# tequila *shakes head*



## dirty_rotten_squatter (Aug 25, 2009)

So, pretty much here in houston theres nothin to do really except drink (and visit family, but we all know how that goes). So I was flying a sign on this off ramp and this group of gangster looking kids all tattooed up and shit starts walking my way i think to myself..oh shit im gonna die. So they come ove and start talking to me ask me where im from and what im doing and shit. I just simply said traveling then they ask me if i wanna get fucked up. It didnt occur to me right away that they meant get wasted i thought they were gonna jump me haha. So they take me to their house and i had enough to gte a bottle of cuervo then they got some shit too. I had not eaten all day and had been drinking since noon (it was about 5:30) so i was slightly buzzed. By 7:30 is when things get blurry more people came over and this guy came with tattoo equipment hooking peeps up with tats. I dont remember too much after but I woke up with this on my face (apparently i did it willingly) and i found out that i sold my scanner for beer money (i knew this because i had the receipt) sometimes I really LOVE being me.


----------



## Johnny Lightspeed (Aug 25, 2009)

fuck man. I tried to pull the same shit when I was NYC. All drunk and shit "dude just give me a facial tat I don't care what it is". Good thing I knocked over the ink. Sucks you sold yer scanner


----------



## finn (Aug 26, 2009)

Wow, I guess you know what drink really does you over now, I'm just glad I have high alcohol tolerance. But I have to say that's a pretty badass tattoo...


----------



## Rash L (Aug 26, 2009)

yeah tattoo looks good... scanner situation sucks smelly balls though.


----------



## Mouse (Aug 26, 2009)

looks like that tat was well done But I can't say I like the design.

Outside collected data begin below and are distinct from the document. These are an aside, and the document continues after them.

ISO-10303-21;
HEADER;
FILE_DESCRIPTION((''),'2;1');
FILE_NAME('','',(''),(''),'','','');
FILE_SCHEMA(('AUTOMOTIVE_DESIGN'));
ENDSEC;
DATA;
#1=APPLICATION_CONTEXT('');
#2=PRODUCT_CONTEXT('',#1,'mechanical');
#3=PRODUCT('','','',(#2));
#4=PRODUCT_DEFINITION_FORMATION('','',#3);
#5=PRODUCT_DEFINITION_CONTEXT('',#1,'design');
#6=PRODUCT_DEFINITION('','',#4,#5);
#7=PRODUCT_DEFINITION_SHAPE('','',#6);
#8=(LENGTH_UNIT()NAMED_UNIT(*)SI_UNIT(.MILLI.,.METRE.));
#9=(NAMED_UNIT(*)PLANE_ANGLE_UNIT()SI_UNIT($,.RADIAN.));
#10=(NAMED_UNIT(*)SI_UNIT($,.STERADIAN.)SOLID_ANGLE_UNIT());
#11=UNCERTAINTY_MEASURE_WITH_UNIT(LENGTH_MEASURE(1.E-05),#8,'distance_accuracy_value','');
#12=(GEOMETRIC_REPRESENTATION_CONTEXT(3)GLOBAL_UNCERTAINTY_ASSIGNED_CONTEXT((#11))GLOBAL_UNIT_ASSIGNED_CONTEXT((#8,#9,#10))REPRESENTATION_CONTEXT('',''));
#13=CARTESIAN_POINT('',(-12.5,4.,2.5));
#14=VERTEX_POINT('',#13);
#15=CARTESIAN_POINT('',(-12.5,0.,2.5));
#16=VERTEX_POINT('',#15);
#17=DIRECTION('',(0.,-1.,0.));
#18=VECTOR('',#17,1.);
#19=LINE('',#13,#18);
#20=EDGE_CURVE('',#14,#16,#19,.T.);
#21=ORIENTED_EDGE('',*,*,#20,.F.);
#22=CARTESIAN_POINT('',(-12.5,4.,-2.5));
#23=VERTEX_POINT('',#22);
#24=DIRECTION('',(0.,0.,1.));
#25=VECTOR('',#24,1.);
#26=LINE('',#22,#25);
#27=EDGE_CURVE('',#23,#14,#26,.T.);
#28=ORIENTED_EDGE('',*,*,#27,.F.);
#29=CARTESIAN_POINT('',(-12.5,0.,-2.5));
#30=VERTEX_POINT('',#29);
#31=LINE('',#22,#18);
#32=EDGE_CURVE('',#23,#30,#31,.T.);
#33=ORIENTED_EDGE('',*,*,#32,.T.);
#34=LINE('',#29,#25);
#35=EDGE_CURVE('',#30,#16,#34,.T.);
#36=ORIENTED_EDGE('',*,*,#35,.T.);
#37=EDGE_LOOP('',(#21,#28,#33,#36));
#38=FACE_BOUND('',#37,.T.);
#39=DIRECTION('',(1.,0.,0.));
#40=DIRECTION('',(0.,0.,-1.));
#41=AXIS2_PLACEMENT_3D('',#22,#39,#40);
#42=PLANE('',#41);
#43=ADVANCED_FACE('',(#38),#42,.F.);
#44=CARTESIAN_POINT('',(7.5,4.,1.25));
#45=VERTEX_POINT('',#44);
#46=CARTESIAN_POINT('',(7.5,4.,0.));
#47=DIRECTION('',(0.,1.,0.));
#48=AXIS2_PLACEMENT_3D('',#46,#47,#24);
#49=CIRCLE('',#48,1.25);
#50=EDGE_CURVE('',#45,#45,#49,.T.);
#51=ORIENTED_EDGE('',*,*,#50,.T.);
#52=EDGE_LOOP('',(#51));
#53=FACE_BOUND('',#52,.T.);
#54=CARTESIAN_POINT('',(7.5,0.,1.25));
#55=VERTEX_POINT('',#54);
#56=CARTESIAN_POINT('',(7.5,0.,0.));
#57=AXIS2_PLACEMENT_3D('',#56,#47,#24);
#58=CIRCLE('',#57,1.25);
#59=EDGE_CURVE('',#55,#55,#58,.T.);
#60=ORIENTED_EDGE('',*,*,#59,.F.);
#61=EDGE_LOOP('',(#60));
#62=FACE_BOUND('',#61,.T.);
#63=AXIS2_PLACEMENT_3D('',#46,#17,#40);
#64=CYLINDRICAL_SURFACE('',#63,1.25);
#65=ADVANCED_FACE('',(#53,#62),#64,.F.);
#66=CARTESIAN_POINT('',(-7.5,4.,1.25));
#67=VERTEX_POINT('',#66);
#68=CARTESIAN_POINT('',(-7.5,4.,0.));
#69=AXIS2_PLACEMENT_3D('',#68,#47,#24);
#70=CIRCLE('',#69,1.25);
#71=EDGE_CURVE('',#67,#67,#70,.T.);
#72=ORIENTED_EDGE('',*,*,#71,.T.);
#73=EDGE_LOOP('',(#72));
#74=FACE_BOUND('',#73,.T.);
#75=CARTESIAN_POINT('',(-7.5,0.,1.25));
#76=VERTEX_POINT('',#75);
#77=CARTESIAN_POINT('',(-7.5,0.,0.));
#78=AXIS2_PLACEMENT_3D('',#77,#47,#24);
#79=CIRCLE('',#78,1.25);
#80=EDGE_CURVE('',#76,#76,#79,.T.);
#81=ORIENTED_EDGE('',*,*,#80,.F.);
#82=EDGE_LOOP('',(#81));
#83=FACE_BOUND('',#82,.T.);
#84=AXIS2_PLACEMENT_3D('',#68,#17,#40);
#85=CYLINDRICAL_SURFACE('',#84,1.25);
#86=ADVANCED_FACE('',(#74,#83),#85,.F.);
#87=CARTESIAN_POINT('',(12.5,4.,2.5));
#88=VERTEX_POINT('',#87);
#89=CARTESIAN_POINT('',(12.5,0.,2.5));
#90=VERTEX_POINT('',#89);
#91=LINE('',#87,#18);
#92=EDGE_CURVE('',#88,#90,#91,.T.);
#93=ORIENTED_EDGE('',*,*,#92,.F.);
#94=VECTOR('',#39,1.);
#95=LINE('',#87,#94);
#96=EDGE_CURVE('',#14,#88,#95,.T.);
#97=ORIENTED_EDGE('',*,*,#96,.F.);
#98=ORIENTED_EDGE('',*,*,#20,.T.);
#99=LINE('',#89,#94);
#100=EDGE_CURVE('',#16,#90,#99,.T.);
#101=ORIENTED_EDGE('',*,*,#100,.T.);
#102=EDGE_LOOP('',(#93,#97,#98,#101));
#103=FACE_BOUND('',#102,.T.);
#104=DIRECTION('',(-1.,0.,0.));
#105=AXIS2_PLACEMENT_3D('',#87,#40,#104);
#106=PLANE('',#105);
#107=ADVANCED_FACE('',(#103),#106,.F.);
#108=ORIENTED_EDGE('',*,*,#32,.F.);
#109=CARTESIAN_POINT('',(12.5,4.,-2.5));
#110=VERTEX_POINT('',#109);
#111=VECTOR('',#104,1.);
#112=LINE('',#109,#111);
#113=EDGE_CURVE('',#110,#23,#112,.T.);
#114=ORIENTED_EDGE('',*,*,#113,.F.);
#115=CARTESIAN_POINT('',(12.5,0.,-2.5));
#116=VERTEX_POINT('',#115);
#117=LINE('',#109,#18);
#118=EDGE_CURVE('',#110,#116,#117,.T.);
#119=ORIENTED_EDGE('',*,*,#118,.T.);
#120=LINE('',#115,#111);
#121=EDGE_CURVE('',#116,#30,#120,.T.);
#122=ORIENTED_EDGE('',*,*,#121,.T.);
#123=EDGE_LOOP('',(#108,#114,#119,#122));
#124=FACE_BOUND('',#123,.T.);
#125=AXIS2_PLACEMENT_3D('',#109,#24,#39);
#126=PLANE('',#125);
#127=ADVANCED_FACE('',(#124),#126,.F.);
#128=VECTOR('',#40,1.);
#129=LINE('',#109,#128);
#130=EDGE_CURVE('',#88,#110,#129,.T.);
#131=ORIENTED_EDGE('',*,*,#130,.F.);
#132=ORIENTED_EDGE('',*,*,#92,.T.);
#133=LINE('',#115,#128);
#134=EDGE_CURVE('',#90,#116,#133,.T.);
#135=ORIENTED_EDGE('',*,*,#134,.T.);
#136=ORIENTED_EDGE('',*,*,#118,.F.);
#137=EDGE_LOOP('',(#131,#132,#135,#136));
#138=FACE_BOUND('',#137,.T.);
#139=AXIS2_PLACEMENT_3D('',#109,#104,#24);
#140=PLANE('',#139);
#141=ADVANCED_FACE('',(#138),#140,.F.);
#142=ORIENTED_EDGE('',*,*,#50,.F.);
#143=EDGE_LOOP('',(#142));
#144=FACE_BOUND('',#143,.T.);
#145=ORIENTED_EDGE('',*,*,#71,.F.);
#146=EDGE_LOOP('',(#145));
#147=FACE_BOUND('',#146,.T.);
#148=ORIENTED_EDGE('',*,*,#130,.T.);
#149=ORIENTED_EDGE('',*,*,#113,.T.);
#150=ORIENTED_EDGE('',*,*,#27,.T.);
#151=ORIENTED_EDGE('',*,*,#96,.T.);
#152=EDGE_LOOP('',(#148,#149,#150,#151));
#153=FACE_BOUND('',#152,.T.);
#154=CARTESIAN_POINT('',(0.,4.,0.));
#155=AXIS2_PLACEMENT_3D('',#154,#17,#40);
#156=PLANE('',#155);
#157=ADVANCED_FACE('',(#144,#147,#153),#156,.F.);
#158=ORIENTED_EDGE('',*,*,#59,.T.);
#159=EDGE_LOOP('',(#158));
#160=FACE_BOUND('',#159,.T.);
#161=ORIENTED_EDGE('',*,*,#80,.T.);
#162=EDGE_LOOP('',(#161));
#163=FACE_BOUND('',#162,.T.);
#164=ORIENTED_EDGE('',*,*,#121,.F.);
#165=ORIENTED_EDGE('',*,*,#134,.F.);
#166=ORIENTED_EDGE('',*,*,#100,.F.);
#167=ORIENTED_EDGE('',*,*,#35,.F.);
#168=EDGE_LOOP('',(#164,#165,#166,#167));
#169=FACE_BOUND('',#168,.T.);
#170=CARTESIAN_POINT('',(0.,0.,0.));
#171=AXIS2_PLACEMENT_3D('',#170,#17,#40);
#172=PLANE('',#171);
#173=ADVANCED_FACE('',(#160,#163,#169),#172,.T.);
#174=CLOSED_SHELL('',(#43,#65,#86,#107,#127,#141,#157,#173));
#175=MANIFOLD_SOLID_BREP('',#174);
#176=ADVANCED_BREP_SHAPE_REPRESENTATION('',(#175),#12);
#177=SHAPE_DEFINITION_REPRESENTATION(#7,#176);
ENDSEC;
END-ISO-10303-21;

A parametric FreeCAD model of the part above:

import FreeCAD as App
import Part
import Sketcher


def add_polygon(sketch, points):
    """Adds a closed chain of lines whose ends are joined by coincident constraints."""
    first, n = sketch.GeometryCount, len(points)
    for a, b in zip(points, points[1:] + points[:1]):
        sketch.addGeometry(Part.LineSegment(App.Vector(*a, 0), App.Vector(*b, 0)), False)
    for i in range(n):
        sketch.addConstraint(Sketcher.Constraint("Coincident", first + i, 2, first + (i + 1) % n, 1))

doc = App.newDocument("Part")
body = doc.addObject("PartDesign::Body", "Body")

# Sketch on XZ plane
sketch1 = body.newObject("Sketcher::SketchObject", "Sketch")
sketch1.AttachmentSupport = (doc.getObject("XZ_Plane"), [""])
sketch1.MapMode = "FlatFace"
add_polygon(sketch1, [(-12.5, -2.5), (-12.5, 2.5), (12.5, 2.5), (12.5, -2.5)])  # lines 0-3
sketch1.addGeometry(Part.Circle(App.Vector(-7.5, 0, 0), App.Vector(0, 0, 1), 1.2), False)  # 4
sketch1.addGeometry(Part.Circle(App.Vector(7.5, 0, 0), App.Vector(0, 0, 1), 1.2), False)  # 5
sketch1.addConstraint([
    Sketcher.Constraint("Vertical", 0),
    Sketcher.Constraint("Horizontal", 1),
    Sketcher.Constraint("Vertical", 2),
    Sketcher.Constraint("Horizontal", 3),
    Sketcher.Constraint("Equal", 4, 5),
    Sketcher.Constraint("Symmetric", 4, 3, 5, 3, -1, 1),
    Sketcher.Constraint("Symmetric", 0, 2, 2, 2, -1, 1),
    Sketcher.Constraint("PointOnObject", 4, 3, -1),
    Sketcher.Constraint("Diameter", 4, 2.5),
    Sketcher.Constraint("DistanceX", 1, 1, 1, 2, 25.0),
    Sketcher.Constraint("DistanceY", 0, 1, 0, 2, 5.0),
    Sketcher.Constraint("DistanceX", 4, 3, 5, 3, 15.0),
])
pad1 = body.newObject("PartDesign::Pad", "Pad")
pad1.Profile = sketch1
pad1.Length = 4
pad1.Reversed = True

doc.recompute()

your life is officially over and all you can do now is be a dirty kid. YAY!


----------



## nivoldoog (Aug 26, 2009)

hahahaahahahaa..... hahahaha good times


----------



## dirty_rotten_squatter (Aug 26, 2009)

yeah not worried about the tat, but really bummed about the scanner...gotta fly a sign for a few days and get another one


----------



## Mouse (Aug 27, 2009)

I thought it was bad when I got blacked out and woke up with "Always Remeber" tattooed on my ankle.. which I had done to myself. but daaaamn


----------



## Beegod Santana (Oct 22, 2009)

I've seen worse.

Face tats are the new dreds anyways, you'll be fine.


----------



## boston joe (Oct 29, 2009)

you look like a skinny white mike tyson ! you crazy fuck! you are truckin some nuts my friend!!!


----------



## dirty_rotten_squatter (Oct 30, 2009)

boston joe said:


> you look like a skinny white mike tyson ! you crazy fuck! you are truckin some nuts my friend!!!



Yeah I get that alot haha, I'm gonna add on to it kinda spice it up a little bit


----------